Friday, 24 November 2017

CUDA DVB-S2 decoder marches on.

No pictures this time as videos of the receiver in action don't prove much.
I have now implemented version 2 of the LDPC decoder based on a
research paper I found Gronroos   I now appear to be getting a throughput
in excess of 300 MBits/s. There are still some issues, the new decoder uses
8 bit metrics and it is a challenge to get them not to underflow on weak
signals. I have used the CUDA intrinsic SIMD instructions which use saturated
8 bit maths, this is a deviation from the original paper but seems to work.

The decoder works on the bases of handling 128 codewords in
parallel which causes two problems, firstly the latency and secondly the fact
the 128 codewords have to use the same FEC. This is not an issue with
TV broadcasting but does cause some issues with the requirements of
Phase 4 Ground. Another problem is that the new algorithm uses Min-Sum
rather Sum-Product to do the decoding which looses some performance.
I did find another paper that applies a correction to Min-Sum to
get back some of the performance.

The next improvement I made was to use a table lookup approach to detect
BCH code words in error. This has resulted in a 5x increase in speed
of the BCH error detector. The bad code words are then further processed
using the Berlekamp and Massey algorithm and up to 12 errors corrected
per code word. The syndromes are calculated on the CPU.
I calculate the odd order syndromes by using log/alog tables of one of the
base polynomials. The even order syndromes are calculated by multiplying
the required odd order syndromes, for example s2 = GMULT(s1,s1)
(where GMULT is a multiply over the Galois field). I am thinking of
splitting the batches of 128 codewords up into sets of 64 or maybe 32
then processing them in separate CPU threads. I am not sure whether
the overhead of creating the threads will be greater than the concurrency
I can achieve (only experiment will tell).

I have a lot more things to play with like using pinned memory for
device to host transfers and CUDA callbacks.

I am now decoding DVB-S2 at 800 KSymbols/sec, the limiting factor is no
longer the LDPC but the Kalman based adaptive equaliser I am using in
the front of the modem. Currently it uses floating point so can probably be sped up.
After equaliser training on the preamble I hope to switch to the far lesser
demanding LMS method but as yet that doesn't work.

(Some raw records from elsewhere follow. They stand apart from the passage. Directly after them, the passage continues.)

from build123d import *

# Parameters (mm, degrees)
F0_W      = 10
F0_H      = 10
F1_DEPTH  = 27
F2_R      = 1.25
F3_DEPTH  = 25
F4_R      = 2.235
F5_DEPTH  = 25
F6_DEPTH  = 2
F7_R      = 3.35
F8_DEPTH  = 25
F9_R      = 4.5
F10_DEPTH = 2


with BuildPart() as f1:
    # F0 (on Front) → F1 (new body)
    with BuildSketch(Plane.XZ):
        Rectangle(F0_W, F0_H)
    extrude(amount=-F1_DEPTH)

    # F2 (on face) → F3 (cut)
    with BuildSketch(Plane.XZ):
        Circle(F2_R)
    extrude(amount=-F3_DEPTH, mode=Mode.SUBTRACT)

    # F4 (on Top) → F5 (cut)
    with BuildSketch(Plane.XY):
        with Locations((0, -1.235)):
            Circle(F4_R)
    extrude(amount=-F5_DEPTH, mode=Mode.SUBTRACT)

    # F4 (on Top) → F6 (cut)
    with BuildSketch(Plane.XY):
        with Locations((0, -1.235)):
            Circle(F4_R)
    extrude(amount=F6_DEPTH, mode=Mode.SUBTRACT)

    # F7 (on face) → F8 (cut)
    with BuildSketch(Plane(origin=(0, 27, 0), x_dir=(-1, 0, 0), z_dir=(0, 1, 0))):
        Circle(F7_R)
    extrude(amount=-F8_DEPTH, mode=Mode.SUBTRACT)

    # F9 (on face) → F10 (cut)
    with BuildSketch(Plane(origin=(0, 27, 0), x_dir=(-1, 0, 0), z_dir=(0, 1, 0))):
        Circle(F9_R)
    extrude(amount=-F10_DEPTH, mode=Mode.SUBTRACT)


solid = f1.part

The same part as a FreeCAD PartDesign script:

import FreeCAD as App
import Part
import Sketcher
from FreeCAD import Vector
Q = App.Units.Quantity

doc = App.newDocument("Part")
body = doc.addObject("PartDesign::Body", "Body")

sketch1 = body.newObject("Sketcher::SketchObject", "Sketch")
sketch1.AttachmentSupport = (doc.getObject("XZ_Plane"), [""])
sketch1.MapMode = "FlatFace"
sketch1.addGeometry([
    Part.LineSegment(Vector(-5, 5, 0), Vector(-5, -5, 0)),
    Part.LineSegment(Vector(-5, -5, 0), Vector(5, -5, 0)),
    Part.LineSegment(Vector(5, -5, 0), Vector(5, 5, 0)),
    Part.LineSegment(Vector(5, 5, 0), Vector(-5, 5, 0)),
], False)
sketch1.addConstraint([
    Sketcher.Constraint("Coincident", 0, 2, 1, 1),
    Sketcher.Constraint("Coincident", 1, 2, 2, 1),
    Sketcher.Constraint("Coincident", 2, 2, 3, 1),
    Sketcher.Constraint("Coincident", 3, 2, 0, 1),
    Sketcher.Constraint("Vertical", 0),
    Sketcher.Constraint("Horizontal", 1),
    Sketcher.Constraint("Vertical", 2),
    Sketcher.Constraint("Horizontal", 3),
    Sketcher.Constraint("Symmetric", 0, 2, 2, 2, -1, 1),
    Sketcher.Constraint("Equal", 3, 0),
    Sketcher.Constraint("DistanceX", 1, 1, 1, 2, Q("10 mm")),
])
pad1 = body.newObject("PartDesign::Pad", "Pad")
pad1.Profile = sketch1
pad1.Length = 27
pad1.Reversed = True

sketch2 = body.newObject("Sketcher::SketchObject", "Sketch001")
sketch2.AttachmentSupport = (doc.getObject("XZ_Plane"), [""])
sketch2.MapMode = "FlatFace"
sketch2.addGeometry(Part.Circle(Vector(0, 0, 0), Vector(0, 0, 1), 1.2), False)
sketch2.addConstraint([
    Sketcher.Constraint("Coincident", 0, 3, -1, 1),
    Sketcher.Constraint("Diameter", 0, Q("2.5 mm")),
])
pocket1 = body.newObject("PartDesign::Pocket", "Pocket")
pocket1.Profile = sketch2
pocket1.Length = 25

sketch3 = body.newObject("Sketcher::SketchObject", "Sketch002")
sketch3.AttachmentSupport = (doc.getObject("XY_Plane"), [""])
sketch3.MapMode = "FlatFace"
sketch3.addGeometry(Part.Circle(Vector(0, -1.2, 0), Vector(0, 0, 1), 2.2), False)
sketch3.addConstraint([
    Sketcher.Constraint("PointOnObject", 0, 3, -2),
    Sketcher.Constraint("Diameter", 0, Q("4.47 mm")),
    Sketcher.Constraint("DistanceY", 0, 3, -1, 1, Q("1.235 mm")),
])
pocket2 = body.newObject("PartDesign::Pocket", "Pocket001")
pocket2.Profile = sketch3
pocket2.Length = 25

sketch4 = body.newObject("Sketcher::SketchObject", "Sketch003")
sketch4.AttachmentSupport = (doc.getObject("XY_Plane"), [""])
sketch4.MapMode = "FlatFace"
sketch4.addGeometry(Part.Circle(Vector(0, -1.2, 0), Vector(0, 0, 1), 2.2), False)
sketch4.addConstraint([
    Sketcher.Constraint("PointOnObject", 0, 3, -2),
    Sketcher.Constraint("Diameter", 0, Q("4.47 mm")),
    Sketcher.Constraint("DistanceY", 0, 3, -1, 1, Q("1.235 mm")),
])
pocket3 = body.newObject("PartDesign::Pocket", "Pocket002")
pocket3.Profile = sketch4
pocket3.Length = 2
pocket3.Reversed = True

sketch5 = body.newObject("Sketcher::SketchObject", "Sketch004")
sketch5.AttachmentSupport = (doc.getObject("XZ_Plane"), [""])
sketch5.MapMode = "FlatFace"
sketch5.AttachmentOffset = App.Placement(Vector(0, 0, -27), App.Rotation())
sketch5.addGeometry(Part.Circle(Vector(0, 0, 0), Vector(0, 0, 1), 3.4), False)
sketch5.addConstraint([
    Sketcher.Constraint("Coincident", 0, 3, -1, 1),
    Sketcher.Constraint("Diameter", 0, Q("6.7 mm")),
])
pocket4 = body.newObject("PartDesign::Pocket", "Pocket003")
pocket4.Profile = sketch5
pocket4.Length = 25
pocket4.Reversed = True

sketch6 = body.newObject("Sketcher::SketchObject", "Sketch005")
sketch6.AttachmentSupport = (doc.getObject("XZ_Plane"), [""])
sketch6.MapMode = "FlatFace"
sketch6.AttachmentOffset = App.Placement(Vector(0, 0, -27), App.Rotation())
sketch6.addGeometry(Part.Circle(Vector(0, 0, 0), Vector(0, 0, 1), 4.5), False)
sketch6.addConstraint([
    Sketcher.Constraint("Coincident", 0, 3, -1, 1),
    Sketcher.Constraint("Diameter", 0, Q("9 mm")),
])
pocket5 = body.newObject("PartDesign::Pocket", "Pocket004")
pocket5.Profile = sketch6
pocket5.Length = 2
pocket5.Reversed = True

doc.recompute()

So lots more interesting stuff to play with. I have had no formal education
in any of this I have just learnt it from articles I have found on the internet.
So please excuse any mistakes I make.

For any of you that read this blog that are not Radio Amateurs, part of the ethos
of the Amateur Radio movement is the concept of self training in radio
communications. I hope I meet that challenge, in this my personal journey.

So till next time ....

Monday, 16 October 2017

Work progresses on my software decoder

Here is another quick video of my work on using CUDA to do DVB-S2 demodulation.
I have now reached the dizzy heights of 500 Kilo Symbols per second in real time
with 20 iterations of the LDPC decoder still a long way to go and a lot to learn about
programming in CUDA.

Thursday, 5 October 2017

LDPC the power of iteration

Currently I am working on a DVB-S2 software decoder using an NVIDIA GPU
and the CUDA programming language. It is still very early days but I thought
I would share some of the initial results.

The type of FEC used in DVB-S2 is called Low Density Parity Check LDPC
and it uses an iterative algorithm to do the decoding, in my case one called
belief propagation also known as the sum-product algorithm.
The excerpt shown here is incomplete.